> [Data]
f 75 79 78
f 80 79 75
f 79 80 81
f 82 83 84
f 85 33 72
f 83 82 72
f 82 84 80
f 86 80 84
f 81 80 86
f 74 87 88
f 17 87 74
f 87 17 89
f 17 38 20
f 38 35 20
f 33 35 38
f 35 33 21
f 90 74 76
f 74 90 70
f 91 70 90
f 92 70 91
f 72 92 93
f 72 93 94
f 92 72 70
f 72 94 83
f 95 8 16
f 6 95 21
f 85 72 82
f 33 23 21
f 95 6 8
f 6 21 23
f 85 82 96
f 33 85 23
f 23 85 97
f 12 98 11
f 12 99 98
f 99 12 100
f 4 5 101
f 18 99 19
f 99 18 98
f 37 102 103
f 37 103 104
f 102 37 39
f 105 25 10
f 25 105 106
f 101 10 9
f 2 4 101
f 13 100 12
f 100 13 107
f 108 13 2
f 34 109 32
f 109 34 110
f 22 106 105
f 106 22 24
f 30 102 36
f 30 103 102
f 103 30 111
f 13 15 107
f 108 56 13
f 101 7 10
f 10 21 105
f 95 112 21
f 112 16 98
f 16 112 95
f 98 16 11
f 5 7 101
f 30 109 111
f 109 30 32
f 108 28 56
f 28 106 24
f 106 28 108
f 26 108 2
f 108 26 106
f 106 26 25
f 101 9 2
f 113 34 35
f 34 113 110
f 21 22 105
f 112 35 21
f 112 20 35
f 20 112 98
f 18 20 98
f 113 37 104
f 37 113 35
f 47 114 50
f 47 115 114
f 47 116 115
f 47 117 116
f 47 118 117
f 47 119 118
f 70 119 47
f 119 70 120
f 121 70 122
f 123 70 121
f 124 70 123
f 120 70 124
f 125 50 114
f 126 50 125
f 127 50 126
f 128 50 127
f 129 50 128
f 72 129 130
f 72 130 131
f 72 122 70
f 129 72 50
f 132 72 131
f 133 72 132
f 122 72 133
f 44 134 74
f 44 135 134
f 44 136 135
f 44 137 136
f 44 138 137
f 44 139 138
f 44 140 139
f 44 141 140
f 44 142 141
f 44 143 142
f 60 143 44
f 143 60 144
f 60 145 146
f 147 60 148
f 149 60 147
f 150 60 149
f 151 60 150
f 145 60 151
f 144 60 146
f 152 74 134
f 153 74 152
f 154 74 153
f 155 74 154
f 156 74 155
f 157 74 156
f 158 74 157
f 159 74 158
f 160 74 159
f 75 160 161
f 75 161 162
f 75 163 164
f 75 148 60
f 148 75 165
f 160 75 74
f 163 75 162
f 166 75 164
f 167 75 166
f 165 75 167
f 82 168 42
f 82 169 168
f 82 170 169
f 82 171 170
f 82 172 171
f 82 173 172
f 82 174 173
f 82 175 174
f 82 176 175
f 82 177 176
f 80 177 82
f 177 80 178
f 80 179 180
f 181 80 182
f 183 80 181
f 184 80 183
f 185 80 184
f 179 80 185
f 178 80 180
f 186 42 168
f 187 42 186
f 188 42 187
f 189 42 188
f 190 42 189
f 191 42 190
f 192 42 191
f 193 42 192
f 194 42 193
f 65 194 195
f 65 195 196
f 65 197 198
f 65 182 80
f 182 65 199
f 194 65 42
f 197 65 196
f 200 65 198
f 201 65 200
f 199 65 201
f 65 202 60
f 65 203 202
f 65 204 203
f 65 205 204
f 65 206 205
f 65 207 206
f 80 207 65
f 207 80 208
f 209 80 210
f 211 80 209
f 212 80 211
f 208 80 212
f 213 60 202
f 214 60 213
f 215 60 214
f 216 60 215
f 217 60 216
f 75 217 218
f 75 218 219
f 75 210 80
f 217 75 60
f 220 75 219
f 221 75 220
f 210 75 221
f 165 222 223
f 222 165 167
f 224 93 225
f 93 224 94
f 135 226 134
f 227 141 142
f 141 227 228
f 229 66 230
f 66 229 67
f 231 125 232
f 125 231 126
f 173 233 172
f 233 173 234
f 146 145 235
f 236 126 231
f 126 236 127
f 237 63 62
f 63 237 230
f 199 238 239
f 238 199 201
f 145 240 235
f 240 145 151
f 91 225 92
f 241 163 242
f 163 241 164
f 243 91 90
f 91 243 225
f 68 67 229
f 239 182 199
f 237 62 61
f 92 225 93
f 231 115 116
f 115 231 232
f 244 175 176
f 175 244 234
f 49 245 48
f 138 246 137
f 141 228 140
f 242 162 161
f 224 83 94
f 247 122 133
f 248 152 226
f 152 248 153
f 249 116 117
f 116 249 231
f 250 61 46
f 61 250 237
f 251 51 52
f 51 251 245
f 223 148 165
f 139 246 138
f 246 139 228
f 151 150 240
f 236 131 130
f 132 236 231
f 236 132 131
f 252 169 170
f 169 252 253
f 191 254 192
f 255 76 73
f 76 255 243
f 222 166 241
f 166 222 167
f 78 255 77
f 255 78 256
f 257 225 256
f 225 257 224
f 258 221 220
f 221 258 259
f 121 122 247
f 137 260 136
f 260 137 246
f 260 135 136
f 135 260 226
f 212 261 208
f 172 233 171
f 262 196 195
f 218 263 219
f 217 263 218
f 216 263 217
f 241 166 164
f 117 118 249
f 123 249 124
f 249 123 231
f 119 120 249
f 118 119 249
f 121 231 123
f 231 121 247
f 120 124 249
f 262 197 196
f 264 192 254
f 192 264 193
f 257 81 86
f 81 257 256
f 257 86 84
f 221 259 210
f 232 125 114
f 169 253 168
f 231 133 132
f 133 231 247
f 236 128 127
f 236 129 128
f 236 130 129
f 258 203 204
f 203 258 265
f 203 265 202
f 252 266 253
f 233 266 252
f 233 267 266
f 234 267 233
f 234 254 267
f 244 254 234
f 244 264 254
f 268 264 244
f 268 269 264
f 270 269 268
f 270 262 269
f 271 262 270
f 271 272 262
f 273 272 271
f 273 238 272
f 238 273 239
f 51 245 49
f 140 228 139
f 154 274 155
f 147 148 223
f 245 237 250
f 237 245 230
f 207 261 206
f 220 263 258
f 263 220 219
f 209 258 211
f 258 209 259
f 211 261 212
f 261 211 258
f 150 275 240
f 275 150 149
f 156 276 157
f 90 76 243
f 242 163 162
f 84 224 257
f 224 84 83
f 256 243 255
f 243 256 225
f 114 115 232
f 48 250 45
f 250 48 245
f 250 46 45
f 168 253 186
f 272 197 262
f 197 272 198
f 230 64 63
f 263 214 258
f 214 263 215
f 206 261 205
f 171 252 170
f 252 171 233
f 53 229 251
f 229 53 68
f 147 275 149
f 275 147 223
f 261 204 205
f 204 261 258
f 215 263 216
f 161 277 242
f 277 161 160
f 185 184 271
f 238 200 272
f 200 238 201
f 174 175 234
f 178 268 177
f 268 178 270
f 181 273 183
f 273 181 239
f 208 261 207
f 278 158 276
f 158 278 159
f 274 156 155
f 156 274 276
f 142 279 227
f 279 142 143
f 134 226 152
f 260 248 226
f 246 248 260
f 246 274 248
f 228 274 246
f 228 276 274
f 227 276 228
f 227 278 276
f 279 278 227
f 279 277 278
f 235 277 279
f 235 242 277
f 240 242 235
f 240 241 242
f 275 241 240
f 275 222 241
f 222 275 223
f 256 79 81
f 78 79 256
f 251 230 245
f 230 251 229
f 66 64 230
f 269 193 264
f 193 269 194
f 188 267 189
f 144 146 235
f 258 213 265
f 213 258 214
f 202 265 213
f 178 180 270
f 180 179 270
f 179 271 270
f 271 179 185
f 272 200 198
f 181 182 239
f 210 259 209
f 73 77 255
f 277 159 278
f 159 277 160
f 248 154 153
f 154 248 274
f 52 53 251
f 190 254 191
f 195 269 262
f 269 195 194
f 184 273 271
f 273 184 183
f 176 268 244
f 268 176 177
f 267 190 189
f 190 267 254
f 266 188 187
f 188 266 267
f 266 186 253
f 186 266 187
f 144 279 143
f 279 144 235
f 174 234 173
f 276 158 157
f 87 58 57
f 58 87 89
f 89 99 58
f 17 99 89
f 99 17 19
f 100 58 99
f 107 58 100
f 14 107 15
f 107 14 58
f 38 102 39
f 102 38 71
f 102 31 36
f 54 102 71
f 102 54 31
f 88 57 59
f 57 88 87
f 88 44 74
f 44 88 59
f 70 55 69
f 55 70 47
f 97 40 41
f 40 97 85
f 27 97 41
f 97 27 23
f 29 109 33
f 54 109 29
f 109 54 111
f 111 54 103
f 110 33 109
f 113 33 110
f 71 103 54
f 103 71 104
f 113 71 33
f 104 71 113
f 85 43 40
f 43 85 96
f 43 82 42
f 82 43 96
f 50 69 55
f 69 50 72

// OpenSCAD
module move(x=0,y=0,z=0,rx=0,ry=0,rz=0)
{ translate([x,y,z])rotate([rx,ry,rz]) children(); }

> [Task description] Give back exactly the lines from the one containing "f 269 193 264" through the end of the listing above, with both ends included and nothing added.

> [Written answer]
f 269 193 264
f 193 269 194
f 188 267 189
f 144 146 235
f 258 213 265
f 213 258 214
f 202 265 213
f 178 180 270
f 180 179 270
f 179 271 270
f 271 179 185
f 272 200 198
f 181 182 239
f 210 259 209
f 73 77 255
f 277 159 278
f 159 277 160
f 248 154 153
f 154 248 274
f 52 53 251
f 190 254 191
f 195 269 262
f 269 195 194
f 184 273 271
f 273 184 183
f 176 268 244
f 268 176 177
f 267 190 189
f 190 267 254
f 266 188 187
f 188 266 267
f 266 186 253
f 186 266 187
f 144 279 143
f 279 144 235
f 174 234 173
f 276 158 157
f 87 58 57
f 58 87 89
f 89 99 58
f 17 99 89
f 99 17 19
f 100 58 99
f 107 58 100
f 14 107 15
f 107 14 58
f 38 102 39
f 102 38 71
f 102 31 36
f 54 102 71
f 102 54 31
f 88 57 59
f 57 88 87
f 88 44 74
f 44 88 59
f 70 55 69
f 55 70 47
f 97 40 41
f 40 97 85
f 27 97 41
f 97 27 23
f 29 109 33
f 54 109 29
f 109 54 111
f 111 54 103
f 110 33 109
f 113 33 110
f 71 103 54
f 103 71 104
f 113 71 33
f 104 71 113
f 85 43 40
f 43 85 96
f 43 82 42
f 82 43 96
f 50 69 55
f 69 50 72

// OpenSCAD
module move(x=0,y=0,z=0,rx=0,ry=0,rz=0)
{ translate([x,y,z])rotate([rx,ry,rz]) children(); }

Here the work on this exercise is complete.